What you will do:
Look through the records below for the line with "extrude(amount=F3_DEPTH, both=True, mode=Mode.SUBTRACT)". Return that line and each one after it up to and including the line with "The same part", exactly.

Extracted records:
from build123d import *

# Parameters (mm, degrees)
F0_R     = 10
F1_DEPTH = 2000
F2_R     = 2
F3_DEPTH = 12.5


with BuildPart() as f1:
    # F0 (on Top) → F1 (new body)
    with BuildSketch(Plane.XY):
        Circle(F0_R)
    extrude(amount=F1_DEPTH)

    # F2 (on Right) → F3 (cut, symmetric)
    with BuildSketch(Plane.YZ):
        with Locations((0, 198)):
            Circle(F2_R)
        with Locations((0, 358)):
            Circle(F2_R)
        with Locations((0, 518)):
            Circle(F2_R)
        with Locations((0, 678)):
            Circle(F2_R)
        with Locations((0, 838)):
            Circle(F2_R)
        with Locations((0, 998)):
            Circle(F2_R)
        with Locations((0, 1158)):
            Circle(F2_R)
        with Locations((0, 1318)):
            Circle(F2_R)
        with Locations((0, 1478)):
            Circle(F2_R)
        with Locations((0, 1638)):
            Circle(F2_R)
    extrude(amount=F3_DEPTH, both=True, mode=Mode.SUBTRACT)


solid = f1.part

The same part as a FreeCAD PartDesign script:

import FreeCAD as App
import Part
import Sketcher
from FreeCAD import Vector
Q = App.Units.Quantity

doc = App.newDocument("Part")
body = doc.addObject("PartDesign::Body", "Body")

sketch1 = body.newObject("Sketcher::SketchObject", "Sketch")
sketch1.AttachmentSupport = (doc.getObject("XY_Plane"), [""])
sketch1.MapMode = "FlatFace"
sketch1.addGeometry(Part.Circle(Vector(0, 0, 0), Vector(0, 0, 1), 10), False)
sketch1.addConstraint([
    Sketcher.Constraint("Coincident", 0, 3, -1, 1),
    Sketcher.Constraint("Diameter", 0, Q("20 mm")),
])
pad1 = body.newObject("PartDesign::Pad", "Pad")
pad1.Profile = sketch1
pad1.Length = 2000

sketch2 = body.newObject("Sketcher::SketchObject", "Sketch001")
sketch2.AttachmentSupport = (doc.getObject("YZ_Plane"), [""])
sketch2.MapMode = "FlatFace"
sketch2.addGeometry([
    Part.Circle(Vector(0, 198, 0), Vector(0, 0, 1), 2),
    Part.Circle(Vector(0, 358, 0), Vector(0, 0, 1), 2),
    Part.Circle(Vector(0, 518, 0), Vector(0, 0, 1), 2),
    Part.Circle(Vector(0, 678, 0), Vector(0, 0, 1), 2),
    Part.Circle(Vector(0, 838, 0), Vector(0, 0, 1), 2),
    Part.Circle(Vector(0, 998, 0), Vector(0, 0, 1), 2),
    Part.Circle(Vector(0, 1158, 0), Vector(0, 0, 1), 2),
    Part.Circle(Vector(0, 1318, 0), Vector(0, 0, 1), 2),
    Part.Circle(Vector(0, 1478, 0), Vector(0, 0, 1), 2),
    Part.Circle(Vector(0, 1638, 0), Vector(0, 0, 1), 2),
], False)
sketch2.addConstraint([
    Sketcher.Constraint("Equal", 0, 1),
    Sketcher.Constraint("Equal", 1, 2),
    Sketcher.Constraint("Equal", 2, 3),
    Sketcher.Constraint("Equal", 3, 4),
    Sketcher.Constraint("Equal", 4, 5),
    Sketcher.Constraint("Equal", 5, 6),
    Sketcher.Constraint("Equal", 6, 7),
    Sketcher.Constraint("Equal", 7, 8),
    Sketcher.Constraint("Equal", 8, 9),
    Sketcher.Constraint("PointOnObject", 0, 3, -2),
    Sketcher.Constraint("PointOnObject", 1, 3, -2),
    Sketcher.Constraint("PointOnObject", 2, 3, -2),
    Sketcher.Constraint("PointOnObject", 3, 3, -2),
    Sketcher.Constraint("PointOnObject", 4, 3, -2),
    Sketcher.Constraint("PointOnObject", 5, 3, -2),
    Sketcher.Constraint("PointOnObject", 6, 3, -2),
    Sketcher.Constraint("PointOnObject", 7, 3, -2),
    Sketcher.Constraint("PointOnObject", 8, 3, -2),
    Sketcher.Constraint("PointOnObject", 9, 3, -2),
    Sketcher.Constraint("Diameter", 0, Q("4 mm")),
    Sketcher.Constraint("DistanceY", -1, 1, 0, 3, Q("198 mm")),
    Sketcher.Constraint("DistanceY", -1, 1, 1, 3, Q("358 mm")),
    Sketcher.Constraint("DistanceY", -1, 1, 2, 3, Q("518 mm")),
    Sketcher.Constraint("DistanceY", -1, 1, 3, 3, Q("678 mm")),
    Sketcher.Constraint("DistanceY", -1, 1, 4, 3, Q("838 mm")),
    Sketcher.Constraint("DistanceY", -1, 1, 5, 3, Q("998 mm")),
    Sketcher.Constraint("DistanceY", -1, 1, 6, 3, Q("1158 mm")),
    Sketcher.Constraint("DistanceY", -1, 1, 7, 3, Q("1318 mm")),
    Sketcher.Constraint("DistanceY", -1, 1, 8, 3, Q("1478 mm")),
    Sketcher.Constraint("DistanceY", -1, 1, 9, 3, Q("1638 mm")),
])
pocket1 = body.newObject("PartDesign::Pocket", "Pocket")
pocket1.Profile = sketch2
pocket1.Length = 25
pocket1.Midplane = True

doc.recompute()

Solution:
    extrude(amount=F3_DEPTH, both=True, mode=Mode.SUBTRACT)


solid = f1.part

The same part as a FreeCAD PartDesign script:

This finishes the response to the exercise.